### Data supplied ###

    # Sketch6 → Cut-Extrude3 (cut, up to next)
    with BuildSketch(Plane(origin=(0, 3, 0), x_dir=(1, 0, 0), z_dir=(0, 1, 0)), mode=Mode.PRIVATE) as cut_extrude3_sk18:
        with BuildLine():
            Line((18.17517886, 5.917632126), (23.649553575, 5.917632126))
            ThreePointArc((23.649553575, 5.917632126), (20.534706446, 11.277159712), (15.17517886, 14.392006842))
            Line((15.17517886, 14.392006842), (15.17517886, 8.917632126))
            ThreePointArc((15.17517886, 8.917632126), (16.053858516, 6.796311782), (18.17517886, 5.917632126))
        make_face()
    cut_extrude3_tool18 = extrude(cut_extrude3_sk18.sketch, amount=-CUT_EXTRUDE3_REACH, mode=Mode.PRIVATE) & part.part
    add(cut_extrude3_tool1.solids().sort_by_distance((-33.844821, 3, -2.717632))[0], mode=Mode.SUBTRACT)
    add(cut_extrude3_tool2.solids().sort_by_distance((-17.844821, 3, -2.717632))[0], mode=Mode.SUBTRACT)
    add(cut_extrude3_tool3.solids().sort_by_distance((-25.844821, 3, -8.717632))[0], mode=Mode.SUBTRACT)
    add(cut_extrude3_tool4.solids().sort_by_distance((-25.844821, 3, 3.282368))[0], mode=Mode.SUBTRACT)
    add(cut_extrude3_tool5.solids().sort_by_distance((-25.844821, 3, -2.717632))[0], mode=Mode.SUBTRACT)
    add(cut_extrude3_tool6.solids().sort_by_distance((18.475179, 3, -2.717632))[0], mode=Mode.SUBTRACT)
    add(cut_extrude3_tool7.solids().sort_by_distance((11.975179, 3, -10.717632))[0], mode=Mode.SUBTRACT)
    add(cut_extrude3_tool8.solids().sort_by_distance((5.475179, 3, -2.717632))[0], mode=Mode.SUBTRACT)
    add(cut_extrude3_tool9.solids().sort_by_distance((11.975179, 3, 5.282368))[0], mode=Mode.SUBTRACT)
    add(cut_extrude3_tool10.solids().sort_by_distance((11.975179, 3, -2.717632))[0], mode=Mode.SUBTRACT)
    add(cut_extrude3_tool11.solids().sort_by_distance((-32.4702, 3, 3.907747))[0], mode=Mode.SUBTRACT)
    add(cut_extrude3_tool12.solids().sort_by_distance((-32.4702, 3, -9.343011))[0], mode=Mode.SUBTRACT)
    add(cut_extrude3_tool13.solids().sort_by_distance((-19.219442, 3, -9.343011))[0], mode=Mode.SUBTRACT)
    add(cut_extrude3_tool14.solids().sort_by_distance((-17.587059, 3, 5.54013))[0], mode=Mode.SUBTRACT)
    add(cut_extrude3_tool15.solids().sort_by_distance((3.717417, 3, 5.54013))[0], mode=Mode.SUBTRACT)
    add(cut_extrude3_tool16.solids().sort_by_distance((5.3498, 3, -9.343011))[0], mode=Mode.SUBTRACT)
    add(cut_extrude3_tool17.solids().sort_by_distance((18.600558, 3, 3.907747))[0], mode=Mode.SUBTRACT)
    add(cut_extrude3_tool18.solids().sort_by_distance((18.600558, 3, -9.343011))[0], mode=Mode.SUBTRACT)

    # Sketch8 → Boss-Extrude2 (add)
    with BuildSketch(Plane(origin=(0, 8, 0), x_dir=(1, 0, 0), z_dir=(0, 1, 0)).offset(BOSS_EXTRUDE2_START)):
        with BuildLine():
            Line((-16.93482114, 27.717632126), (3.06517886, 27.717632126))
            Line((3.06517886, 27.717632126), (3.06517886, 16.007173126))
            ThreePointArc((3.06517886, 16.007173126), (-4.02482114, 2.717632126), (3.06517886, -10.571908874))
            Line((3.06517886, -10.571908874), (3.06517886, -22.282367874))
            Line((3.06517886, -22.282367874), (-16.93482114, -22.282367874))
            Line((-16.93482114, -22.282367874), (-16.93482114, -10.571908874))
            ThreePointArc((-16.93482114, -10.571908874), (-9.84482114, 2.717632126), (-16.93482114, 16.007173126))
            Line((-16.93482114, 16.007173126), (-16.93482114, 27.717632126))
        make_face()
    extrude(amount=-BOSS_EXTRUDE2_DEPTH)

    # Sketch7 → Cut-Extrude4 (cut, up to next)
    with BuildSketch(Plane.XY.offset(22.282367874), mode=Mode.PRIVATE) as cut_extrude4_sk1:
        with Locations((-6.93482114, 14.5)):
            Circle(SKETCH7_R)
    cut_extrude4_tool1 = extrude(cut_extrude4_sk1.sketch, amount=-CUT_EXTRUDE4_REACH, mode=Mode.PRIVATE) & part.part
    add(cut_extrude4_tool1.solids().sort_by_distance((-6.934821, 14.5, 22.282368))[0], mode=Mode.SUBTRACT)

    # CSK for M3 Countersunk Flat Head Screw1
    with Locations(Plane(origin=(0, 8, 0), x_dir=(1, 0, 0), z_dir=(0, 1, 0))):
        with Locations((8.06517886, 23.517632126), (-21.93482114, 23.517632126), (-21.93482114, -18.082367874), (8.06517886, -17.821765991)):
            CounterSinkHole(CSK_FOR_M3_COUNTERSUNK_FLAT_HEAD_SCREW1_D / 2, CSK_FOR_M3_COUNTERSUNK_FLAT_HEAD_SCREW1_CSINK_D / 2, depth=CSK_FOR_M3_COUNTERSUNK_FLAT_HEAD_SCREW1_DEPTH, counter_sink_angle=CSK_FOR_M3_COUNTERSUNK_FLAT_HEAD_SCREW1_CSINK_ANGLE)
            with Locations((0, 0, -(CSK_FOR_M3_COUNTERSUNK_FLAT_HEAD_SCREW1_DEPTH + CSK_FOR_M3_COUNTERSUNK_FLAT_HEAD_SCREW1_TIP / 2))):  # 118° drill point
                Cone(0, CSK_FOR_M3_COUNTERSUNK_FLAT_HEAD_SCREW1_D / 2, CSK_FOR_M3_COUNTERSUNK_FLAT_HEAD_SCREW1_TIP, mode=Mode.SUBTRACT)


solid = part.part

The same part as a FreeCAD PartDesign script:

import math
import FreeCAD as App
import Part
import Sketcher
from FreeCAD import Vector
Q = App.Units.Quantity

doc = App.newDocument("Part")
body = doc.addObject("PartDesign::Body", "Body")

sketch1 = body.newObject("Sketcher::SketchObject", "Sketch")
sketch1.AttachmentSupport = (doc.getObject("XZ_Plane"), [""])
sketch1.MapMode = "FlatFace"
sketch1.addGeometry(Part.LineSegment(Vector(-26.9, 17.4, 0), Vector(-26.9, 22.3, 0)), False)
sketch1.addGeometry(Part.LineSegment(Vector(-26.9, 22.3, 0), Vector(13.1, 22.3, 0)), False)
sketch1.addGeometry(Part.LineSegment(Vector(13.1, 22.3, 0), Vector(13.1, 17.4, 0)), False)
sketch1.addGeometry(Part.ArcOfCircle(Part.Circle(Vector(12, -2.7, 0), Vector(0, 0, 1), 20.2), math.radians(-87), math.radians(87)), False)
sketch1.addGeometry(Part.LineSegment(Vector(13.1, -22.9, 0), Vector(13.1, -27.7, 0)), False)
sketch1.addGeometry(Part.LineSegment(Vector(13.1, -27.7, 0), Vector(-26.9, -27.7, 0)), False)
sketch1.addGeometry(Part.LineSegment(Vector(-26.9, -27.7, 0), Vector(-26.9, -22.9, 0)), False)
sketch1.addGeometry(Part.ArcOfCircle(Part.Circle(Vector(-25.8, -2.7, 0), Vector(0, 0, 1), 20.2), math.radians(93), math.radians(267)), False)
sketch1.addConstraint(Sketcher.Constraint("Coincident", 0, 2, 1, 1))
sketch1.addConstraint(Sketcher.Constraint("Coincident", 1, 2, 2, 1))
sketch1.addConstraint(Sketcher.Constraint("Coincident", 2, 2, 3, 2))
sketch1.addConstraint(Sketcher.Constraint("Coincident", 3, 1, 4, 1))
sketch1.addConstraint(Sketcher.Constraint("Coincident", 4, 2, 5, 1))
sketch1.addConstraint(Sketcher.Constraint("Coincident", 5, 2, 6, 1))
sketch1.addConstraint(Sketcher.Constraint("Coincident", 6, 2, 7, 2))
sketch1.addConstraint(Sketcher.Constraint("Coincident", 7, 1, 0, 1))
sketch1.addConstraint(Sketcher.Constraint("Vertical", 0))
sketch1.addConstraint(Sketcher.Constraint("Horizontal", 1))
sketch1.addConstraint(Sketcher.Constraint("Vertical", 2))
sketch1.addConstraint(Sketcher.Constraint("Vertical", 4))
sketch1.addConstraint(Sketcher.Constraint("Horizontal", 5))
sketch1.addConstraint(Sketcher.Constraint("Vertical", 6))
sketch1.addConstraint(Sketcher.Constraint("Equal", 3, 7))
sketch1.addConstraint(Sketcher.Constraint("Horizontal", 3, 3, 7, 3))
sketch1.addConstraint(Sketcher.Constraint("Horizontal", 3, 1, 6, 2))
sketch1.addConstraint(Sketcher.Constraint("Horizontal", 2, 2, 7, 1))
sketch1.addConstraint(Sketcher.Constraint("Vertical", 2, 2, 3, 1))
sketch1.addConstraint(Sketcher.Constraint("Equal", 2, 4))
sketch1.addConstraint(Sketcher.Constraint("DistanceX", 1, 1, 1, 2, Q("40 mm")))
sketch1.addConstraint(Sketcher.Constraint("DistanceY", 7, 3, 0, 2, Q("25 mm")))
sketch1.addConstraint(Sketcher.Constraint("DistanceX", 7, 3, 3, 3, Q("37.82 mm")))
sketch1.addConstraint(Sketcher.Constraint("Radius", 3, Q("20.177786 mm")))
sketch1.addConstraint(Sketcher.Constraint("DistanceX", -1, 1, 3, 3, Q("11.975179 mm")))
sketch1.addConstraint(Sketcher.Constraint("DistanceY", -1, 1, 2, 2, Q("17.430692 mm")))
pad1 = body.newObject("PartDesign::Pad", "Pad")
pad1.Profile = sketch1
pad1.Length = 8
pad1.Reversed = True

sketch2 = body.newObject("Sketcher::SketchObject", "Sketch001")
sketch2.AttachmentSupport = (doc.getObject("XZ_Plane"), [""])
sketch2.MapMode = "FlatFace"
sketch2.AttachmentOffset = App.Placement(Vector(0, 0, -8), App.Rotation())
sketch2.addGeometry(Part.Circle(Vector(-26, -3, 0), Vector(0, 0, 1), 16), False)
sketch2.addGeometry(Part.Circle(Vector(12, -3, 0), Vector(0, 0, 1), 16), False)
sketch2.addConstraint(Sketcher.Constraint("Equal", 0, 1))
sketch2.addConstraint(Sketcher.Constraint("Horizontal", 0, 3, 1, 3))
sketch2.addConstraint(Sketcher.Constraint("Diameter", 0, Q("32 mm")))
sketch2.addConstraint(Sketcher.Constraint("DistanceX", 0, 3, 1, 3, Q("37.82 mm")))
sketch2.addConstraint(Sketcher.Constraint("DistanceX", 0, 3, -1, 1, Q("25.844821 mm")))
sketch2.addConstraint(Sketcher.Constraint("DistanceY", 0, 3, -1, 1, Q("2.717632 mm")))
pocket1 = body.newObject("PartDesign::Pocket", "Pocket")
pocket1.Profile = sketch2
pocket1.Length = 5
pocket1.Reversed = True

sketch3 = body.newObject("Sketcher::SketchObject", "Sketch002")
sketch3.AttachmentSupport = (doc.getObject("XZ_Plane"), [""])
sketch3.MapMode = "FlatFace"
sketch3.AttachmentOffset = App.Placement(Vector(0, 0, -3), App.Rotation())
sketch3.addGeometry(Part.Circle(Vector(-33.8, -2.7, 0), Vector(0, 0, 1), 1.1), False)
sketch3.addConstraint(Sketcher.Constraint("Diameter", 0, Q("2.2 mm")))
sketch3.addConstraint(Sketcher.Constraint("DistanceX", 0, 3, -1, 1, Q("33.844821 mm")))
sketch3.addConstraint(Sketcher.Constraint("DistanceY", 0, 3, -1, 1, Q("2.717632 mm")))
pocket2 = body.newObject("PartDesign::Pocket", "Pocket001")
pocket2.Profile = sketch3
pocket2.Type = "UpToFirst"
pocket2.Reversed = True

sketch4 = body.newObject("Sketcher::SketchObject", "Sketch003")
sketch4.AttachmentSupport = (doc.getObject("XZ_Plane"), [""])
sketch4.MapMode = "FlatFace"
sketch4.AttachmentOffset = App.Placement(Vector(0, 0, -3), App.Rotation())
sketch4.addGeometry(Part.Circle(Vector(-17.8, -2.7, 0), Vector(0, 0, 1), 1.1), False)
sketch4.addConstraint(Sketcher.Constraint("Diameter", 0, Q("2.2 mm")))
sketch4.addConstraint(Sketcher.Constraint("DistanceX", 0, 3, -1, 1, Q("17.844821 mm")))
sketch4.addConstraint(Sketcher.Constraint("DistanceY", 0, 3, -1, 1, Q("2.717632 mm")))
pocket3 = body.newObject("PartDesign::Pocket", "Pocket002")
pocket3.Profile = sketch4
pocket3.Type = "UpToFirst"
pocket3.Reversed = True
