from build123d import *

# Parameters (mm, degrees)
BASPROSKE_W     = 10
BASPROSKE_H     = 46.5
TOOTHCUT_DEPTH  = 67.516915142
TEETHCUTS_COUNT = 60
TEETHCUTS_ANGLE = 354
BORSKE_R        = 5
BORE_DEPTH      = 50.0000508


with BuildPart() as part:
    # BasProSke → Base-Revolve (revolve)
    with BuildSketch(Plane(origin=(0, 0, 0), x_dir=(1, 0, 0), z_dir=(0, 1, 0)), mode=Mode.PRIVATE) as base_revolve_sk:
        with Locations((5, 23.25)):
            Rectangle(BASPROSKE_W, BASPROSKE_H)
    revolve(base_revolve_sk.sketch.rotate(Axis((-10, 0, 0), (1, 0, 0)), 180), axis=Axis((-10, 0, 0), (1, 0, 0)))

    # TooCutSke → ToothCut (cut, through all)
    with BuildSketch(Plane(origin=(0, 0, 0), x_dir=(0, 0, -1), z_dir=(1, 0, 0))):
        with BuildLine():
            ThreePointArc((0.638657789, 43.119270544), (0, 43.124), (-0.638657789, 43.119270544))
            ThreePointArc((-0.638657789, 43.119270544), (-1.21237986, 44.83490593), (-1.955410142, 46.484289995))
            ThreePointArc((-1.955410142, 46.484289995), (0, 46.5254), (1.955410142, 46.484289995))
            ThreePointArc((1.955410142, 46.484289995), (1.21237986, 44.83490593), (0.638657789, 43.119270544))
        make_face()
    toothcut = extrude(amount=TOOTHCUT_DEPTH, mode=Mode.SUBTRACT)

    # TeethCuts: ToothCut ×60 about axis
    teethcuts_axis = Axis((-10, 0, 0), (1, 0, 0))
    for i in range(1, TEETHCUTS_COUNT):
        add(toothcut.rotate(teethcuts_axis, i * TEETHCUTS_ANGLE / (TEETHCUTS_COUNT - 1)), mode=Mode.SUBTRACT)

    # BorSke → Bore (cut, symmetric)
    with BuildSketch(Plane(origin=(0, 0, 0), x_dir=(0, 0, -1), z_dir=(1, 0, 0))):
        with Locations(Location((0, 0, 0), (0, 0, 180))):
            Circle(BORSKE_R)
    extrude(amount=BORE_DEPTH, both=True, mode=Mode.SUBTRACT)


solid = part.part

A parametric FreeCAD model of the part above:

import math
import FreeCAD as App
import Part
import Sketcher
Q = App.Units.Quantity


def add_polygon(sketch, points):
    """Adds a closed chain of lines whose ends are joined by coincident constraints."""
    first, n = sketch.GeometryCount, len(points)
    for a, b in zip(points, points[1:] + points[:1]):
        sketch.addGeometry(Part.LineSegment(App.Vector(*a, 0), App.Vector(*b, 0)), False)
    for i in range(n):
        sketch.addConstraint(Sketcher.Constraint("Coincident", first + i, 2, first + (i + 1) % n, 1))

doc = App.newDocument("Part")
params = doc.addObject("Spreadsheet::Sheet", "Params")
for row, (alias, value) in enumerate([
    ("sketch1_width", "10 mm"),
    ("sketch1_height", "46.5 mm"),
    ("revolution_angle", "360 deg"),
    ("sketch2_radius", "18 mm"),
    ("sketch3_diameter", "10 mm"),
    ("pocket2_length", "100.000102 mm"),
], start=1):
    params.set(f"A{row}", alias)
    params.set(f"B{row}", "=" + value)
    params.setAlias(f"B{row}", alias)

body = doc.addObject("PartDesign::Body", "Body")

# Sketch on XZ plane
sketch1 = body.newObject("Sketcher::SketchObject", "Sketch")
sketch1.AttachmentSupport = (doc.getObject("XZ_Plane"), [""])
sketch1.MapMode = "FlatFace"
add_polygon(sketch1, [(0, -46.5), (0, 0), (10, 0), (10, -46.5)])  # lines 0-3
sketch1.addConstraint(Sketcher.Constraint("Vertical", 0))
sketch1.addConstraint(Sketcher.Constraint("Horizontal", 1))
sketch1.addConstraint(Sketcher.Constraint("Vertical", 2))
sketch1.addConstraint(Sketcher.Constraint("Horizontal", 3))
sketch1.addConstraint(Sketcher.Constraint("Coincident", 0, 2, -1, 1))
sketch1.addConstraint(Sketcher.Constraint("DistanceX", 1, 1, 1, 2, Q("10 mm")))
sketch1.addConstraint(Sketcher.Constraint("DistanceY", 0, 1, 0, 2, Q("46.5 mm")))
sketch1.setExpression("Constraints[9]", "Params.sketch1_width")
sketch1.setExpression("Constraints[10]", "Params.sketch1_height")
revolution = body.newObject("PartDesign::Revolution", "Revolution")
revolution.Profile = sketch1
revolution.ReferenceAxis = (sketch1, ["H_Axis"])
revolution.setExpression("Angle", "Params.revolution_angle")

# Sketch on YZ plane
sketch2 = body.newObject("Sketcher::SketchObject", "Sketch001")
sketch2.AttachmentSupport = (doc.getObject("YZ_Plane"), [""])
sketch2.MapMode = "FlatFace"
sketch2.addGeometry(Part.ArcOfCircle(Part.Circle(App.Vector(-0.000002, 0, 0), App.Vector(0, 0, 1), 43.124002), math.radians(-0.84857), math.radians(0.84857)), False)
sketch2.addGeometry(Part.ArcOfCircle(Part.Circle(App.Vector(38.275693, -17.974741, 0), App.Vector(0, 0, 1), 18), math.radians(62.868572), math.radians(74.390018)), False)
sketch2.addGeometry(Part.ArcOfCircle(Part.Circle(App.Vector(0, 0, 0), App.Vector(0, 0, 1), 46.5254), math.radians(-2.408787), math.radians(2.408787)), False)
sketch2.addGeometry(Part.ArcOfCircle(Part.Circle(App.Vector(38.275693, 17.974741, 0), App.Vector(0, 0, 1), 18), math.radians(-74.390018), math.radians(-62.868572)), False)
sketch2.addConstraint(Sketcher.Constraint("Coincident", 0, 1, 1, 2))
sketch2.addConstraint(Sketcher.Constraint("Coincident", 1, 1, 2, 1))
sketch2.addConstraint(Sketcher.Constraint("Coincident", 2, 2, 3, 2))
sketch2.addConstraint(Sketcher.Constraint("Coincident", 3, 1, 0, 2))
sketch2.addConstraint(Sketcher.Constraint("Coincident", 0, 3, -1, 1))
sketch2.addConstraint(Sketcher.Constraint("Coincident", 2, 3, -1, 1))
sketch2.addConstraint(Sketcher.Constraint("Equal", 1, 3))
sketch2.addConstraint(Sketcher.Constraint("Symmetric", 1, 3, 3, 3, -1))
sketch2.addConstraint(Sketcher.Constraint("Radius", 1, Q("18 mm")))
sketch2.addConstraint(Sketcher.Constraint("Radius", 0, Q("43.124002 mm")))
sketch2.addConstraint(Sketcher.Constraint("Radius", 2, Q("46.5254 mm")))
sketch2.addConstraint(Sketcher.Constraint("DistanceY", 0, 1, 3, 3, Q("18.613398 mm")))
sketch2.addConstraint(Sketcher.Constraint("DistanceY", 1, 3, -1, 1, Q("17.974741 mm")))
sketch2.setExpression("Constraints[8]", "Params.sketch2_radius")
pocket1 = body.newObject("PartDesign::Pocket", "Pocket")
pocket1.Profile = sketch2
pocket1.Type = "ThroughAll"
pocket1.Reversed = True
doc.recompute()

polarpattern = body.newObject("PartDesign::PolarPattern", "PolarPattern")
polarpattern.Originals = [pocket1]
polarpattern.Axis = (doc.getObject("X_Axis"), [""])
polarpattern.Angle = 360
polarpattern.Occurrences = 60
body.Tip = polarpattern

# Sketch on YZ plane
sketch3 = body.newObject("Sketcher::SketchObject", "Sketch002")
sketch3.AttachmentSupport = (doc.getObject("YZ_Plane"), [""])
sketch3.MapMode = "FlatFace"
sketch3.addGeometry(Part.Circle(App.Vector(0, 0, 0), App.Vector(0, 0, 1), 5), False)
sketch3.addConstraint(Sketcher.Constraint("Coincident", 0, 3, -1, 1))
sketch3.addConstraint(Sketcher.Constraint("Diameter", 0, Q("10 mm")))
sketch3.setExpression("Constraints[1]", "Params.sketch3_diameter")
pocket2 = body.newObject("PartDesign::Pocket", "Pocket001")
pocket2.Profile = sketch3
pocket2.setExpression("Length", "Params.pocket2_length")
pocket2.Midplane = True

doc.recompute()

###

**What to produce:**
Beginning at the line with "2.717632126), (-16.93482114, 16.007173126))" and stopping after the line with "extrude(amount=-BOSS_EXTRUDE2_DEPTH)", please write out every line of the data above exactly and nothing else.

**Solution:**
            ThreePointArc((-16.93482114, -10.571908874), (-9.84482114, 2.717632126), (-16.93482114, 16.007173126))
            Line((-16.93482114, 16.007173126), (-16.93482114, 27.717632126))
        make_face()
    extrude(amount=-BOSS_EXTRUDE2_DEPTH)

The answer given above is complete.